Required work → Please take the records that follow and repeat exactly the lines starting with the line with "v10 (-127,0,76.2)" and going on through the line with "e28 v24 v22 LINE".

Information provided →
════════════════

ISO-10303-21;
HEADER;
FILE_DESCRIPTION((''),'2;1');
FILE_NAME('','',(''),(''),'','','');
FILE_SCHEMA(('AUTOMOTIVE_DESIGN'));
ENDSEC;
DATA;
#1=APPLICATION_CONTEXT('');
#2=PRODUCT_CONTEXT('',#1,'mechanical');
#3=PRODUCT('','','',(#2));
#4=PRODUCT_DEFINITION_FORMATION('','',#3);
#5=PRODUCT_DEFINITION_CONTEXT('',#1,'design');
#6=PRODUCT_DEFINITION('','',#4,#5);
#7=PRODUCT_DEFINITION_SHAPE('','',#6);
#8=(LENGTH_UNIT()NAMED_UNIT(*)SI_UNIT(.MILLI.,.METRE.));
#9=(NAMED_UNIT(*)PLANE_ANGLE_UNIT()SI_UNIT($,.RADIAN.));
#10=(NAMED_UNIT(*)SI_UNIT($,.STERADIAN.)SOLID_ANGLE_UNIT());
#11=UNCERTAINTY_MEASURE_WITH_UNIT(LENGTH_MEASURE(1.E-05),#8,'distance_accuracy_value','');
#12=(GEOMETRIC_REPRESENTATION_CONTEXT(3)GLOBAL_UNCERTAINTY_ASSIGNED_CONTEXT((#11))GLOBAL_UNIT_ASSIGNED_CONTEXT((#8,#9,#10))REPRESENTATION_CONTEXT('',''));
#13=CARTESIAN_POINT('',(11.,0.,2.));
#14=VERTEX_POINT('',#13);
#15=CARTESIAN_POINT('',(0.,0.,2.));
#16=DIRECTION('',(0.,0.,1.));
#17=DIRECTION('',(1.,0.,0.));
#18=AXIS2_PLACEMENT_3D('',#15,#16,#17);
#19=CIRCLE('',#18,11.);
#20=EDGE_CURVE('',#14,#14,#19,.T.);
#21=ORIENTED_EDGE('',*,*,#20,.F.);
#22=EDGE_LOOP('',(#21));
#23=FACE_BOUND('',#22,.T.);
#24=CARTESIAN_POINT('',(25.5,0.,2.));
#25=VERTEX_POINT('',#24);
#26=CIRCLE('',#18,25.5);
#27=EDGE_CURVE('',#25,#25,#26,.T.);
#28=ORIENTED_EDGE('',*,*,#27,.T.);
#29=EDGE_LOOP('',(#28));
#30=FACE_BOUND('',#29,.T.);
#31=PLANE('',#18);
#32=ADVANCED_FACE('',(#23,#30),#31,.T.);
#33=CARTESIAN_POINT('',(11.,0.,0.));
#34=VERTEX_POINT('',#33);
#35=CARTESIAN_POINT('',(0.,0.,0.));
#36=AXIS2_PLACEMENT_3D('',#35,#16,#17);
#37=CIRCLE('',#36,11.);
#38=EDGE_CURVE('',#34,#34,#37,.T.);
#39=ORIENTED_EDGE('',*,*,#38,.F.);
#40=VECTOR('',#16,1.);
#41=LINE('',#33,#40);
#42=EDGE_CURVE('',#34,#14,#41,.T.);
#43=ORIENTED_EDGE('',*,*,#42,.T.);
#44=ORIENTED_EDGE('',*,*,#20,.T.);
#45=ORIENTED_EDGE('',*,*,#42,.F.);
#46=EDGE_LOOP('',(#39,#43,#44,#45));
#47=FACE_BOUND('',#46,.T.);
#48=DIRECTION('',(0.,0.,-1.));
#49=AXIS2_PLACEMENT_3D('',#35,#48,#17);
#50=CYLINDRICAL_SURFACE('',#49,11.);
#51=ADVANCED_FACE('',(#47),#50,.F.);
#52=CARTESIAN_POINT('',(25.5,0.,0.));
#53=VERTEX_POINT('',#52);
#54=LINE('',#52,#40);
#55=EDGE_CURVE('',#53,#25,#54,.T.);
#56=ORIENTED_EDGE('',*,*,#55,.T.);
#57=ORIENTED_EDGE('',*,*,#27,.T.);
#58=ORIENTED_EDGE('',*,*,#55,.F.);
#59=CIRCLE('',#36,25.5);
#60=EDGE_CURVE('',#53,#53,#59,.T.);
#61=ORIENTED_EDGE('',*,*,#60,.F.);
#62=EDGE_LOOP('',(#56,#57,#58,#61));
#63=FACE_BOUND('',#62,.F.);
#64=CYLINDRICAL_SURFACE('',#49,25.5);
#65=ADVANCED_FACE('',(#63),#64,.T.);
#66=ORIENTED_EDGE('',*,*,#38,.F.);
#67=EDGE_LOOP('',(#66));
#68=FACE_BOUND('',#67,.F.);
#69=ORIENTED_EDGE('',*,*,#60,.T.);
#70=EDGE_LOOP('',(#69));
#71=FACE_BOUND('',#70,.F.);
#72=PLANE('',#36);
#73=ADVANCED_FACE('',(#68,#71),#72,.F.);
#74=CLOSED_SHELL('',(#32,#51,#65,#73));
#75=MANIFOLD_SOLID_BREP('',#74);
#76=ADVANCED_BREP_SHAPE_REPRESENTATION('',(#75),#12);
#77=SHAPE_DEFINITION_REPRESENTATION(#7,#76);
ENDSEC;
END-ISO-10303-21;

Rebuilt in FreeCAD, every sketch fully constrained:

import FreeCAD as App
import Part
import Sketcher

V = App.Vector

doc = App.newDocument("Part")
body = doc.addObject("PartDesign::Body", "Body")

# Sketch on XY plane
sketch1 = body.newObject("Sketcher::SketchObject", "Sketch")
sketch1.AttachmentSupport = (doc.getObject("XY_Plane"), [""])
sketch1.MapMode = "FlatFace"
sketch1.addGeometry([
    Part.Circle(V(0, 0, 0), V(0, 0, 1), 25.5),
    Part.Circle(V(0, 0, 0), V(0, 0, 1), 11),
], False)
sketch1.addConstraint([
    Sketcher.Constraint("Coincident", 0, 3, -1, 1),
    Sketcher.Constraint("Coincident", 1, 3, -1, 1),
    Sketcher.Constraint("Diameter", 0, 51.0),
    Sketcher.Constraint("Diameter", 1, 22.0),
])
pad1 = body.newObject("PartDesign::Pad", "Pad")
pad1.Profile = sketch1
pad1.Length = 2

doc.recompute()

════════════════

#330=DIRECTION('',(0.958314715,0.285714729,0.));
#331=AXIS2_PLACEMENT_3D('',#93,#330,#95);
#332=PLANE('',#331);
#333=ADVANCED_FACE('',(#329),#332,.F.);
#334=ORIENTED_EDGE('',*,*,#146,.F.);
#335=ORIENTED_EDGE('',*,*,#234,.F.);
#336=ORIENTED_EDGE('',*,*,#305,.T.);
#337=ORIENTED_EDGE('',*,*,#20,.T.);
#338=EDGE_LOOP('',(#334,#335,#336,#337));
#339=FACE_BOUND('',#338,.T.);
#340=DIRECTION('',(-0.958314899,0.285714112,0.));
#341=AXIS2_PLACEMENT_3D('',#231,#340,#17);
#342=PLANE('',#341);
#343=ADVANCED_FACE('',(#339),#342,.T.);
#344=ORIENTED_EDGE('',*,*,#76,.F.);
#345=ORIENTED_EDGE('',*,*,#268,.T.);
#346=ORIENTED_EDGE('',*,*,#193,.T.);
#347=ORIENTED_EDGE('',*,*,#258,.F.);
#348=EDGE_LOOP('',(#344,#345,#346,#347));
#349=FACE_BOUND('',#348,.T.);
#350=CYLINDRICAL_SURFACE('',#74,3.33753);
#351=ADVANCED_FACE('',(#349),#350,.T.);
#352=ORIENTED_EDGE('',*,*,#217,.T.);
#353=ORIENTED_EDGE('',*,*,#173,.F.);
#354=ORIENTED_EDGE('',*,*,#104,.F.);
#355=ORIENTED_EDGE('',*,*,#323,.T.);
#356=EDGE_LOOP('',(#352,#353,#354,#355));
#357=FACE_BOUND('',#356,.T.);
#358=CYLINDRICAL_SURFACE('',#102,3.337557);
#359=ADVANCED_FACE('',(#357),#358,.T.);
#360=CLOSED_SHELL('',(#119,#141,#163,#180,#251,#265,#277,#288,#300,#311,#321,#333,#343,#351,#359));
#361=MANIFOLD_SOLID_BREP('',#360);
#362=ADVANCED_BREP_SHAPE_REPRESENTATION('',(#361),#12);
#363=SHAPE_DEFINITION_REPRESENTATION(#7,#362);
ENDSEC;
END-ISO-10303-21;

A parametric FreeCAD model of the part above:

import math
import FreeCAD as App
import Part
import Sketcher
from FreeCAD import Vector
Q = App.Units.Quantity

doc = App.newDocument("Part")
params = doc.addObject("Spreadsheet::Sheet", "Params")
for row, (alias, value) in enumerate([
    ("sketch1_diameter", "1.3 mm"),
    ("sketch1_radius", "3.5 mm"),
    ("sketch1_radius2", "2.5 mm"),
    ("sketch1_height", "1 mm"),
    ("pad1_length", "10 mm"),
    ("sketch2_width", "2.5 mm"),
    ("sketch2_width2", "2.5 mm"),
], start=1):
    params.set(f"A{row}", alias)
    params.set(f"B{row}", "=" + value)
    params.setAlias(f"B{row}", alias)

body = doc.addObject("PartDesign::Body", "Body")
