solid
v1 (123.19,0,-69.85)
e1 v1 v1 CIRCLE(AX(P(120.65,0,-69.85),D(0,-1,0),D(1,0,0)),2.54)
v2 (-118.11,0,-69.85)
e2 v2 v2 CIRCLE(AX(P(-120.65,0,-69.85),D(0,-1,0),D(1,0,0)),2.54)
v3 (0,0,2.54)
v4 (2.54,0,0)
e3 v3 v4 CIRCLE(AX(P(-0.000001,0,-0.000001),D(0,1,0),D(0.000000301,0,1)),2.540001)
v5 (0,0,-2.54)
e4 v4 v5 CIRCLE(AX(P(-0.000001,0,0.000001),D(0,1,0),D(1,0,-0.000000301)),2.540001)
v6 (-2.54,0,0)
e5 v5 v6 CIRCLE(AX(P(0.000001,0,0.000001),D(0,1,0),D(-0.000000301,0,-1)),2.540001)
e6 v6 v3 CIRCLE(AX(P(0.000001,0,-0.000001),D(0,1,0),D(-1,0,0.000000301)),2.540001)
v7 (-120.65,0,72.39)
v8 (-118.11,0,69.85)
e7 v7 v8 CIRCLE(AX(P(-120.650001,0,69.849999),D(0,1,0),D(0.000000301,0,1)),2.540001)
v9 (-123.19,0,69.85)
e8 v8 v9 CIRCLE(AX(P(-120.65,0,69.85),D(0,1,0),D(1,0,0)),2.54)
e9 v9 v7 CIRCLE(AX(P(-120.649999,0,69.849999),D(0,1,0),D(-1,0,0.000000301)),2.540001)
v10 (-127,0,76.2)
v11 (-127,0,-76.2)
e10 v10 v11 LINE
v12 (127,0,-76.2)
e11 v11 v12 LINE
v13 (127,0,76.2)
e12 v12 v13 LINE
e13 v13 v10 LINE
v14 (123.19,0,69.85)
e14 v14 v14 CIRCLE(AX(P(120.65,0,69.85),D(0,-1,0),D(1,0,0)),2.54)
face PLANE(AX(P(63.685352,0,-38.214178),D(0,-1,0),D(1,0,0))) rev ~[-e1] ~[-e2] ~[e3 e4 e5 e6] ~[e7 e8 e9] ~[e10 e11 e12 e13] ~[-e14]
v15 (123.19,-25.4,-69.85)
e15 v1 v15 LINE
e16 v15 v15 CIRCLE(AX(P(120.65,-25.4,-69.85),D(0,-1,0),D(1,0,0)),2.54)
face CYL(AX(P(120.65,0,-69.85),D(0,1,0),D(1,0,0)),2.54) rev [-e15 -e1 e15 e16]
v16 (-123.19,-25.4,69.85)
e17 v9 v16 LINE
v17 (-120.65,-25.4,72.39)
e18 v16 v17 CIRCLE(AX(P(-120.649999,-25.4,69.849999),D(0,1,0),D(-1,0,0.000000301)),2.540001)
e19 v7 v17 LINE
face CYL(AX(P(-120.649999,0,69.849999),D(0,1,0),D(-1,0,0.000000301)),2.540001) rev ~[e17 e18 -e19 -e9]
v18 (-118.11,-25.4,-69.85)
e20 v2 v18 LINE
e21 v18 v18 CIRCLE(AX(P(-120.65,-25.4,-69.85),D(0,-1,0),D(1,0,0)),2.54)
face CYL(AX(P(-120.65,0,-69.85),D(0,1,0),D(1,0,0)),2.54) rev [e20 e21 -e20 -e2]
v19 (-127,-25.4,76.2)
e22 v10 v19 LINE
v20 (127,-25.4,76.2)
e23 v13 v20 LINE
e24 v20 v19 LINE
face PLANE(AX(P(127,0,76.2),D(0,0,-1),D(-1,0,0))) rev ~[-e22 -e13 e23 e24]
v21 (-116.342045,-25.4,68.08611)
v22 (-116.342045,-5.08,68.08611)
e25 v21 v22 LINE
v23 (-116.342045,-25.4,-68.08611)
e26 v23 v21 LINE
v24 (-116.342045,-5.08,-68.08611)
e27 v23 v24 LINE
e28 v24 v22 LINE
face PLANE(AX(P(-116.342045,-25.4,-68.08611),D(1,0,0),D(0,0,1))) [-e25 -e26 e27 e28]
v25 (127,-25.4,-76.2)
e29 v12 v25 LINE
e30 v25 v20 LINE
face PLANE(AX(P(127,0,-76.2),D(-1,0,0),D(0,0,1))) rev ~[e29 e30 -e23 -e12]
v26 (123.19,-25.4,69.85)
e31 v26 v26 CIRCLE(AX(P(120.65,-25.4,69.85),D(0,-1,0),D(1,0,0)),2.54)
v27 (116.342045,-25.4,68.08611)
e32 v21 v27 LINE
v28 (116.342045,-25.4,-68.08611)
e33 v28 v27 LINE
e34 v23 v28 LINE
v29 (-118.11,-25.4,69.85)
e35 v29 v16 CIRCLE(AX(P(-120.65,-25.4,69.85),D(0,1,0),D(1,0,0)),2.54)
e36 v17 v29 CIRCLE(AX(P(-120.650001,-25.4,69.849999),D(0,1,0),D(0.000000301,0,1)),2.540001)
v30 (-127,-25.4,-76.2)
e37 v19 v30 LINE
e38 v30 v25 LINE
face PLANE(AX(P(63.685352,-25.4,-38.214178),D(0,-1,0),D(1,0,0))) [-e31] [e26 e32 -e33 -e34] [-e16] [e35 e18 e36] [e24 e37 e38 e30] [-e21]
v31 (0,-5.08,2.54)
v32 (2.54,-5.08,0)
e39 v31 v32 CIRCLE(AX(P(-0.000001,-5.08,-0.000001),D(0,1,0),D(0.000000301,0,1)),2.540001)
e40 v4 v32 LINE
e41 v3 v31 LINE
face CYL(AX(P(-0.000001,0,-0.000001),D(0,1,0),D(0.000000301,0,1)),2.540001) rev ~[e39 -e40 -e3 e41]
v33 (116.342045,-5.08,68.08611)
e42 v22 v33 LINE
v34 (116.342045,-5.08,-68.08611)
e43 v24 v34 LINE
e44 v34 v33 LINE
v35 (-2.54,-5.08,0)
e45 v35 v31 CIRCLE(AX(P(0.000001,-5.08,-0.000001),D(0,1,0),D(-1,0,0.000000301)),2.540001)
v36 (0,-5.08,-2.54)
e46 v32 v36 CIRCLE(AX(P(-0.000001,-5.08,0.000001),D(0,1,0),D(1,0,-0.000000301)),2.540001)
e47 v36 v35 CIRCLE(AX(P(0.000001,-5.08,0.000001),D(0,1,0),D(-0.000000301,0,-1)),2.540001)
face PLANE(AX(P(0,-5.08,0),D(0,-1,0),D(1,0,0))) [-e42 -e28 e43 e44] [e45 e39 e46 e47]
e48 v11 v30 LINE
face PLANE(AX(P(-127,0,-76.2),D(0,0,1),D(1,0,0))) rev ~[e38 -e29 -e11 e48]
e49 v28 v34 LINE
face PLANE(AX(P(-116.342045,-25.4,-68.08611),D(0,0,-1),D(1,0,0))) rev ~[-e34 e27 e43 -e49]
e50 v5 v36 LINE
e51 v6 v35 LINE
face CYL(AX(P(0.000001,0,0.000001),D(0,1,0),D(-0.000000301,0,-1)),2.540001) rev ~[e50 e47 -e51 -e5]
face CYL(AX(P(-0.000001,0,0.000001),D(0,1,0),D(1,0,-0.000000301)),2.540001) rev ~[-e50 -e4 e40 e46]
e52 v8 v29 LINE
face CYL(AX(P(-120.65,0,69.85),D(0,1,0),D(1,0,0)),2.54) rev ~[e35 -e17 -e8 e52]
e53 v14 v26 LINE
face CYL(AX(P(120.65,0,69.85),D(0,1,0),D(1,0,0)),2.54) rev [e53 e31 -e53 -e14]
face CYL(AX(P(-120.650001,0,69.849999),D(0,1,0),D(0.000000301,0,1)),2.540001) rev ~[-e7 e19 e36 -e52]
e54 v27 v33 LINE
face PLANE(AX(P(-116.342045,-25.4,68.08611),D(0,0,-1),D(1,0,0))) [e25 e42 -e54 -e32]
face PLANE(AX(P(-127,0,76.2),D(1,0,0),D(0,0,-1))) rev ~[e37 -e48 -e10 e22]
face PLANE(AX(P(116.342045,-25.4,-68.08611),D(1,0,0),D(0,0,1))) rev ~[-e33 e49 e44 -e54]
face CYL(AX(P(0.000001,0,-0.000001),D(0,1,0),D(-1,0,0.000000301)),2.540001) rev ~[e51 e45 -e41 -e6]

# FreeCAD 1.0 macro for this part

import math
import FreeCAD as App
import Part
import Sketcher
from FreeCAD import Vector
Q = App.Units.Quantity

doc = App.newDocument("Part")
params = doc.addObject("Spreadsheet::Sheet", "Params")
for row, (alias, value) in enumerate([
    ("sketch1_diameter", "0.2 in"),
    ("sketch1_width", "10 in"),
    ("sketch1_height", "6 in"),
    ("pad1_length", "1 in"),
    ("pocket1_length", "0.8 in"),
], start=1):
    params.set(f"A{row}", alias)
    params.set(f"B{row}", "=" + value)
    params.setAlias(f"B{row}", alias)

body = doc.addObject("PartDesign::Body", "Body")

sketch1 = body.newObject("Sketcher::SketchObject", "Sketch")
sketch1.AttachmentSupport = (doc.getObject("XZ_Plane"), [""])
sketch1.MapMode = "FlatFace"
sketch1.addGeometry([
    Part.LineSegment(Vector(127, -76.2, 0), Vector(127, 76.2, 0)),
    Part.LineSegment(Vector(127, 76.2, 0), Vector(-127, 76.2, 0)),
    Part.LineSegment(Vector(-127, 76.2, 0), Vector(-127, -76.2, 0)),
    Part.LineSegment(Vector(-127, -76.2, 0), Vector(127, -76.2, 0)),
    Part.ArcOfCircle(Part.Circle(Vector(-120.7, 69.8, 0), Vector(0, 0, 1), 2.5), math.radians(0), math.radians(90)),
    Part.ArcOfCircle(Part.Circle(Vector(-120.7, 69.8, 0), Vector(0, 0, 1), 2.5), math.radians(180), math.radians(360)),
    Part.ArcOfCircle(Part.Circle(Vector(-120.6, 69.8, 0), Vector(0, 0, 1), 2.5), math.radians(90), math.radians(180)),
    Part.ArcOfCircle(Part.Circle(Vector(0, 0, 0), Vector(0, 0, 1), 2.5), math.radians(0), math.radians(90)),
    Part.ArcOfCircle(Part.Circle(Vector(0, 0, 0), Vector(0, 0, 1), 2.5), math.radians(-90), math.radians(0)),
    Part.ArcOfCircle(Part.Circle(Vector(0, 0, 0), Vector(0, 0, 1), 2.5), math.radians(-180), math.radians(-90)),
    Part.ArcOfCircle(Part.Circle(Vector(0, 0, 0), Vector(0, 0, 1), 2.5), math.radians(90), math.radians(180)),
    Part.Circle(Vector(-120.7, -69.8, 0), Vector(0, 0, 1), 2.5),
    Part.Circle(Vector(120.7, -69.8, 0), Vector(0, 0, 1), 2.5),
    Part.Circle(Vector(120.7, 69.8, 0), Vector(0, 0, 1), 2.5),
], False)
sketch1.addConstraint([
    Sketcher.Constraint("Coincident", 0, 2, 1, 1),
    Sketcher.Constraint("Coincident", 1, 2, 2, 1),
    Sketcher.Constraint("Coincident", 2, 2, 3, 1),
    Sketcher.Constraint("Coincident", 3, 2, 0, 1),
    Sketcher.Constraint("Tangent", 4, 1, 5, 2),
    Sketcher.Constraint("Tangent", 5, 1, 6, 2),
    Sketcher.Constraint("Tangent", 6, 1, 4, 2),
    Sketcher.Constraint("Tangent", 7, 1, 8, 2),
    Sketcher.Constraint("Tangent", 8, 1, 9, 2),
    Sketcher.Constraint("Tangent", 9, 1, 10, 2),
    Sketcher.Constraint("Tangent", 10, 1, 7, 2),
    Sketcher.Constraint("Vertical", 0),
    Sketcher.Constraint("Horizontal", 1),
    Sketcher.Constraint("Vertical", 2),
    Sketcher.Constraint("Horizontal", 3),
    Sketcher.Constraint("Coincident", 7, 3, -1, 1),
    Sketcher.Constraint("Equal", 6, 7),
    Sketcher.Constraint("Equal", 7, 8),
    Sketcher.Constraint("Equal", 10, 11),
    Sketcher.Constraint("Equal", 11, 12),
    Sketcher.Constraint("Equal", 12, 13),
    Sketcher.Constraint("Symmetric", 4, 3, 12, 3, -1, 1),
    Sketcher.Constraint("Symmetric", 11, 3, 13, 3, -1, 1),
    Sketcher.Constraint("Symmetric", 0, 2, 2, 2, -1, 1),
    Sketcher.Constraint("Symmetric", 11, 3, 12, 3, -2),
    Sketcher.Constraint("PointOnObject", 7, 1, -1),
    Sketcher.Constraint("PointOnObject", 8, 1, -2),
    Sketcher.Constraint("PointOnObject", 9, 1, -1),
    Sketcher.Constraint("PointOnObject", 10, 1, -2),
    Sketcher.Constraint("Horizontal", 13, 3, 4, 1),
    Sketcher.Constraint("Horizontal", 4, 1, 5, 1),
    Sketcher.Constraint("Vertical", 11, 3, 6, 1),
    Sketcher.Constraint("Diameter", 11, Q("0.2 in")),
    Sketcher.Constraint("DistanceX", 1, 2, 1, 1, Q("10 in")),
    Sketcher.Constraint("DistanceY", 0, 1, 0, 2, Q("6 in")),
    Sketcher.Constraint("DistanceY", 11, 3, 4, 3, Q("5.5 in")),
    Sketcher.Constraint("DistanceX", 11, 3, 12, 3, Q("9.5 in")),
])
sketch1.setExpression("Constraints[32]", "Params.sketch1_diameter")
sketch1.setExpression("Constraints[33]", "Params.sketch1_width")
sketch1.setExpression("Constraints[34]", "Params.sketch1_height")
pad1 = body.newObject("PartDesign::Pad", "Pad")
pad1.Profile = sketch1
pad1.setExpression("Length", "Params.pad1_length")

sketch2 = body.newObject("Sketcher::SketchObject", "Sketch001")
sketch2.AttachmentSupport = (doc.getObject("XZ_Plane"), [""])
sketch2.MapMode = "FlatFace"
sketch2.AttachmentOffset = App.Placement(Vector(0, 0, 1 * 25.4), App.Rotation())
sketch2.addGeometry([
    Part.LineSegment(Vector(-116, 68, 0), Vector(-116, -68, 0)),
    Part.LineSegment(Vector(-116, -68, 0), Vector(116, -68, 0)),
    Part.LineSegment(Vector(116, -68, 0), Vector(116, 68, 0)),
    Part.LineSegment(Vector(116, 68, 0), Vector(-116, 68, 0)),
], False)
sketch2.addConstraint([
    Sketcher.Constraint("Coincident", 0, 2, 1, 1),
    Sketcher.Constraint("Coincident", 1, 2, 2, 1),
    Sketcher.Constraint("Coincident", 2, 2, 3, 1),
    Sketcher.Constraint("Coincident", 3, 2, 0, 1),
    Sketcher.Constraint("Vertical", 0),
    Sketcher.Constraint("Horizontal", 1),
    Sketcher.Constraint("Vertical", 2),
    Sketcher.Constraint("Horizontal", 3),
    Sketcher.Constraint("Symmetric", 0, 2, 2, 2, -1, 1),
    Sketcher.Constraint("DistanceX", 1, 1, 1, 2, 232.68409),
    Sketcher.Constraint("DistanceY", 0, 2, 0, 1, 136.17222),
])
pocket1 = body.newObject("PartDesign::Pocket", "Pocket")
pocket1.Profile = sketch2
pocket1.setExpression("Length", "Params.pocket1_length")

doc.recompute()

════════════════

Written response →
v10 (-127,0,76.2)
v11 (-127,0,-76.2)
e10 v10 v11 LINE
v12 (127,0,-76.2)
e11 v11 v12 LINE
v13 (127,0,76.2)
e12 v12 v13 LINE
e13 v13 v10 LINE
v14 (123.19,0,69.85)
e14 v14 v14 CIRCLE(AX(P(120.65,0,69.85),D(0,-1,0),D(1,0,0)),2.54)
face PLANE(AX(P(63.685352,0,-38.214178),D(0,-1,0),D(1,0,0))) rev ~[-e1] ~[-e2] ~[e3 e4 e5 e6] ~[e7 e8 e9] ~[e10 e11 e12 e13] ~[-e14]
v15 (123.19,-25.4,-69.85)
e15 v1 v15 LINE
e16 v15 v15 CIRCLE(AX(P(120.65,-25.4,-69.85),D(0,-1,0),D(1,0,0)),2.54)
face CYL(AX(P(120.65,0,-69.85),D(0,1,0),D(1,0,0)),2.54) rev [-e15 -e1 e15 e16]
v16 (-123.19,-25.4,69.85)
e17 v9 v16 LINE
v17 (-120.65,-25.4,72.39)
e18 v16 v17 CIRCLE(AX(P(-120.649999,-25.4,69.849999),D(0,1,0),D(-1,0,0.000000301)),2.540001)
e19 v7 v17 LINE
face CYL(AX(P(-120.649999,0,69.849999),D(0,1,0),D(-1,0,0.000000301)),2.540001) rev ~[e17 e18 -e19 -e9]
v18 (-118.11,-25.4,-69.85)
e20 v2 v18 LINE
e21 v18 v18 CIRCLE(AX(P(-120.65,-25.4,-69.85),D(0,-1,0),D(1,0,0)),2.54)
face CYL(AX(P(-120.65,0,-69.85),D(0,1,0),D(1,0,0)),2.54) rev [e20 e21 -e20 -e2]
v19 (-127,-25.4,76.2)
e22 v10 v19 LINE
v20 (127,-25.4,76.2)
e23 v13 v20 LINE
e24 v20 v19 LINE
face PLANE(AX(P(127,0,76.2),D(0,0,-1),D(-1,0,0))) rev ~[-e22 -e13 e23 e24]
v21 (-116.342045,-25.4,68.08611)
v22 (-116.342045,-5.08,68.08611)
e25 v21 v22 LINE
v23 (-116.342045,-25.4,-68.08611)
e26 v23 v21 LINE
v24 (-116.342045,-5.08,-68.08611)
e27 v23 v24 LINE
e28 v24 v22 LINE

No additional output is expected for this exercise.